Asymmetric algorithms are more complex, more computationally expensive and much slower compared to symmetric ones. (Also, the key sizes differ by quite a margin – a 256 bit symmetric AES vs a 2048 bit asymmetric RSA).

Therefore, in an HTTPS session, a combination of the two is used. Symmetric algorithm is used for the actual encryption/decryption of the message. Asymmetric algorithm is used to transfer this symmetric key (well, not the exact key, as you’ll see below) between the two communicating systems.

What prevents me from carrying out a man-in-the-middle attack by issuing my own public key?

Or,

Why would you trust my public key?

Lets bring the Certificate Authority into the picture. The job of a CA is to provide digital certificates to entities to prove the ownership of (among other things) a public key, so that nobody else can fake it (and claim to be that entity).

Using the public key (which is part of the digital certificate), I’ll encrypt whatever needs encryption and send it over the communication channel. The beauty of asymmetric algorithms is that data encrypted using the public key can only* be decrypted using the corresponding private key (which belongs to the actual owner of the public/private key-pair). So, I will remain assured that only the intended recipient will be able to decrypt the message.

*NOTE: It isn’t that the ciphertext cannot be decrypted without the private key, but just that it would be computationally very hard to break the same.
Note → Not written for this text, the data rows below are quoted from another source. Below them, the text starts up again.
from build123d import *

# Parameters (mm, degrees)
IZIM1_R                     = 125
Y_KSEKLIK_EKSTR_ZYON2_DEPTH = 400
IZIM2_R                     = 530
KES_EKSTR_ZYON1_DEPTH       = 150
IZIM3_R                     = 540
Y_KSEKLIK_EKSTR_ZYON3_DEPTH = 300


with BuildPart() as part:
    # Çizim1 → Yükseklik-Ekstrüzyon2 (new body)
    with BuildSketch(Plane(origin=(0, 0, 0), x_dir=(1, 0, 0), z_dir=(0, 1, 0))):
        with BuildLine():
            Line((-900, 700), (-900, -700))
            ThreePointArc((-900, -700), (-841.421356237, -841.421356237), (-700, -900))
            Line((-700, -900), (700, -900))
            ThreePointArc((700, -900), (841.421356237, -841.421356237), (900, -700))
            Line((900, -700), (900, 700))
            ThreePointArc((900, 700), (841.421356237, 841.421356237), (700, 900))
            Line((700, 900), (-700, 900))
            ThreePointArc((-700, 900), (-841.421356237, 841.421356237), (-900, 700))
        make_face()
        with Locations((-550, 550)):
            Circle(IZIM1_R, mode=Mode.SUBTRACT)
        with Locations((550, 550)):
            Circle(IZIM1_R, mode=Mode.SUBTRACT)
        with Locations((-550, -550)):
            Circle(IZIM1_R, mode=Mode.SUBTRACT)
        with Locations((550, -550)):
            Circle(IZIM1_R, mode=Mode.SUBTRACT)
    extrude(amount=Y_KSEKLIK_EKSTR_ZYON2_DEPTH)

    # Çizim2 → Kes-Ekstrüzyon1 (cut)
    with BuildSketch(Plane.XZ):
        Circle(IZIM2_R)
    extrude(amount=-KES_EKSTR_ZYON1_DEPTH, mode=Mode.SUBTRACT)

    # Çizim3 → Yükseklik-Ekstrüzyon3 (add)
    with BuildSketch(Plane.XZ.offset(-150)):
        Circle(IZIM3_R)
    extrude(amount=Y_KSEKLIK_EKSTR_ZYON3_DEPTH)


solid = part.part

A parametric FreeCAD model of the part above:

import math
import FreeCAD as App
import Part
import Sketcher

doc = App.newDocument("Part")
params = doc.addObject("Spreadsheet::Sheet", "Params")
for row, (alias, value) in enumerate([
    ("sketch1_diameter", "250 mm"),
    ("sketch1_radius", "200 mm"),
    ("sketch1_width", "1400 mm"),
    ("pad1_length", "400 mm"),
    ("sketch2_diameter", "1060 mm"),
    ("pocket1_length", "150 mm"),
    ("sketch3_diameter", "1080 mm"),
    ("pad2_length", "300 mm"),
], start=1):
    params.set(f"A{row}", alias)
    params.set(f"B{row}", "=" + value)
    params.setAlias(f"B{row}", alias)

body = doc.addObject("PartDesign::Body", "Body")

sketch1 = body.newObject("Sketcher::SketchObject", "Sketch")
sketch1.AttachmentSupport = (doc.getObject("XZ_Plane"), [""])
sketch1.MapMode = "FlatFace"
sketch1.addGeometry([
    Part.LineSegment(App.Vector(-900, -700, 0), App.Vector(-900, 700, 0)),
    Part.ArcOfCircle(Part.Circle(App.Vector(-700, 700, 0), App.Vector(0, 0, 1), 200), math.radians(90), math.radians(180)),
    Part.LineSegment(App.Vector(-700, 900, 0), App.Vector(700, 900, 0)),
    Part.ArcOfCircle(Part.Circle(App.Vector(700, 700, 0), App.Vector(0, 0, 1), 200), math.radians(0), math.radians(90)),
    Part.LineSegment(App.Vector(900, 700, 0), App.Vector(900, -700, 0)),
    Part.ArcOfCircle(Part.Circle(App.Vector(700, -700, 0), App.Vector(0, 0, 1), 200), math.radians(-90), math.radians(0)),
    Part.LineSegment(App.Vector(700, -900, 0), App.Vector(-700, -900, 0)),
    Part.ArcOfCircle(Part.Circle(App.Vector(-700, -700, 0), App.Vector(0, 0, 1), 200), math.radians(-180), math.radians(-90)),
    Part.Circle(App.Vector(-550, 550, 0), App.Vector(0, 0, 1), 125),
    Part.Circle(App.Vector(550, 550, 0), App.Vector(0, 0, 1), 125),
    Part.Circle(App.Vector(-550, -550, 0), App.Vector(0, 0, 1), 125),
    Part.Circle(App.Vector(550, -550, 0), App.Vector(0, 0, 1), 125),
], False)
sketch1.addConstraint([
    Sketcher.Constraint("Tangent", 0, 2, 1, 2),
    Sketcher.Constraint("Tangent", 1, 1, 2, 1),
    Sketcher.Constraint("Tangent", 2, 2, 3, 2),
    Sketcher.Constraint("Tangent", 3, 1, 4, 1),
    Sketcher.Constraint("Tangent", 4, 2, 5, 2),
    Sketcher.Constraint("Tangent", 5, 1, 6, 1),
    Sketcher.Constraint("Tangent", 6, 2, 7, 2),
    Sketcher.Constraint("Tangent", 7, 1, 0, 1),
    Sketcher.Constraint("Vertical", 0),
    Sketcher.Constraint("Horizontal", 2),
    Sketcher.Constraint("Vertical", 4),
    Sketcher.Constraint("Horizontal", 6),
    Sketcher.Constraint("Equal", 1, 3),
    Sketcher.Constraint("Equal", 3, 5),
    Sketcher.Constraint("Equal", 5, 7),
    Sketcher.Constraint("Equal", 8, 9),
    Sketcher.Constraint("Equal", 9, 10),
    Sketcher.Constraint("Equal", 10, 11),
    Sketcher.Constraint("Symmetric", 1, 3, 5, 3, -1, 1),
    Sketcher.Constraint("Symmetric", 9, 3, 10, 3, -1, 1),
    Sketcher.Constraint("Symmetric", 8, 3, 11, 3, -1, 1),
    Sketcher.Constraint("Symmetric", 8, 3, 9, 3, -2),
    Sketcher.Constraint("Equal", 6, 0),
    Sketcher.Constraint("Diameter", 8, 250.0),
    Sketcher.Constraint("Radius", 1, 200.0),
    Sketcher.Constraint("DistanceX", 2, 1, 2, 2, 1400.0),
    Sketcher.Constraint("DistanceX", 8, 3, -1, 1, 550.0),
    Sketcher.Constraint("DistanceY", -1, 1, 8, 3, 550.0),
])
sketch1.setExpression("Constraints[23]", "Params.sketch1_diameter")
sketch1.setExpression("Constraints[24]", "Params.sketch1_radius")
sketch1.setExpression("Constraints[25]", "Params.sketch1_width")
pad1 = body.newObject("PartDesign::Pad", "Pad")
pad1.Profile = sketch1
pad1.setExpression("Length", "Params.pad1_length")
pad1.Reversed = True

sketch2 = body.newObject("Sketcher::SketchObject", "Sketch001")
sketch2.AttachmentSupport = (doc.getObject("XZ_Plane"), [""])
sketch2.MapMode = "FlatFace"
sketch2.addGeometry(Part.Circle(App.Vector(0, 0, 0), App.Vector(0, 0, 1), 530), False)
sketch2.addConstraint([
    Sketcher.Constraint("Coincident", 0, 3, -1, 1),
    Sketcher.Constraint("Diameter", 0, 1060.0),
])
sketch2.setExpression("Constraints[1]", "Params.sketch2_diameter")
pocket1 = body.newObject("PartDesign::Pocket", "Pocket")
pocket1.Profile = sketch2
pocket1.setExpression("Length", "Params.pocket1_length")

sketch3 = body.newObject("Sketcher::SketchObject", "Sketch002")
sketch3.AttachmentSupport = (doc.getObject("XZ_Plane"), [""])
sketch3.MapMode = "FlatFace"
sketch3.AttachmentOffset = App.Placement(App.Vector(0, 0, -150), App.Rotation())
sketch3.addGeometry(Part.Circle(App.Vector(0, 0, 0), App.Vector(0, 0, 1), 540), False)
sketch3.addConstraint([
    Sketcher.Constraint("Coincident", 0, 3, -1, 1),
    Sketcher.Constraint("Diameter", 0, 1080.0),
])
sketch3.setExpression("Constraints[1]", "Params.sketch3_diameter")
pad2 = body.newObject("PartDesign::Pad", "Pad001")
pad2.Profile = sketch3
pad2.setExpression("Length", "Params.pad2_length")

doc.recompute()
Why would you encrypt a symmetric key using asymmetric encryption?

Same reason as the above – only the intended recipient will be able to retrieve the encrypted symmetric key by decrypting it with the private asymmetric key.

Now that we seem to be heading somewhere, lets take a look at how an actual HTTPS session begins.

TLS Handshake

Before a TLS session actually begins, a handshake is performed between the client and the server. A lot of things happen behind the scenes during this handshake. (Do give this awesome article a read if you are interested in going under the hood of a typical TLS handshake.)

In brief, the following things occur:

  • Client informs the server of its supported cipher suites, and the sever chooses one.
  • Server sends over its certificate (issued by a CA) and a random value (this will be used later).
  • Client authenticates the server’s certificate.
  • Client generates a Pre-Master Secret, encrypts the same using the server’s public key (from the certificate), and sends across the same to the server.
  • Using the random value (sent by the server) and the Pre-Master Secret, both, the client and the server, generate the same Master Secret.
  • Master Secret is used (by both, client and server) to generate the necessary session keys (for encrypting messages and for hashing – MAC).

Now that the TLS handshake is complete, the client and the server can begin exchanging messages by using the generated session keys. Each time an encrypted message is exchanged between the client and the server, the corresponding hash is also shared (typically done using HMAC).

Epilogue

Simply put, HTTPS is nothing but an encrypted/authenticated form of HTTP, and the encryption of messages is performed using symmetric algorithms (the symmetric key is exchanged using an asymmetric algorithm – which is part of the digital certificate).

One question still remains. How do digital certificates work and why should you trust a CA? Seems like another blog post is in the offing!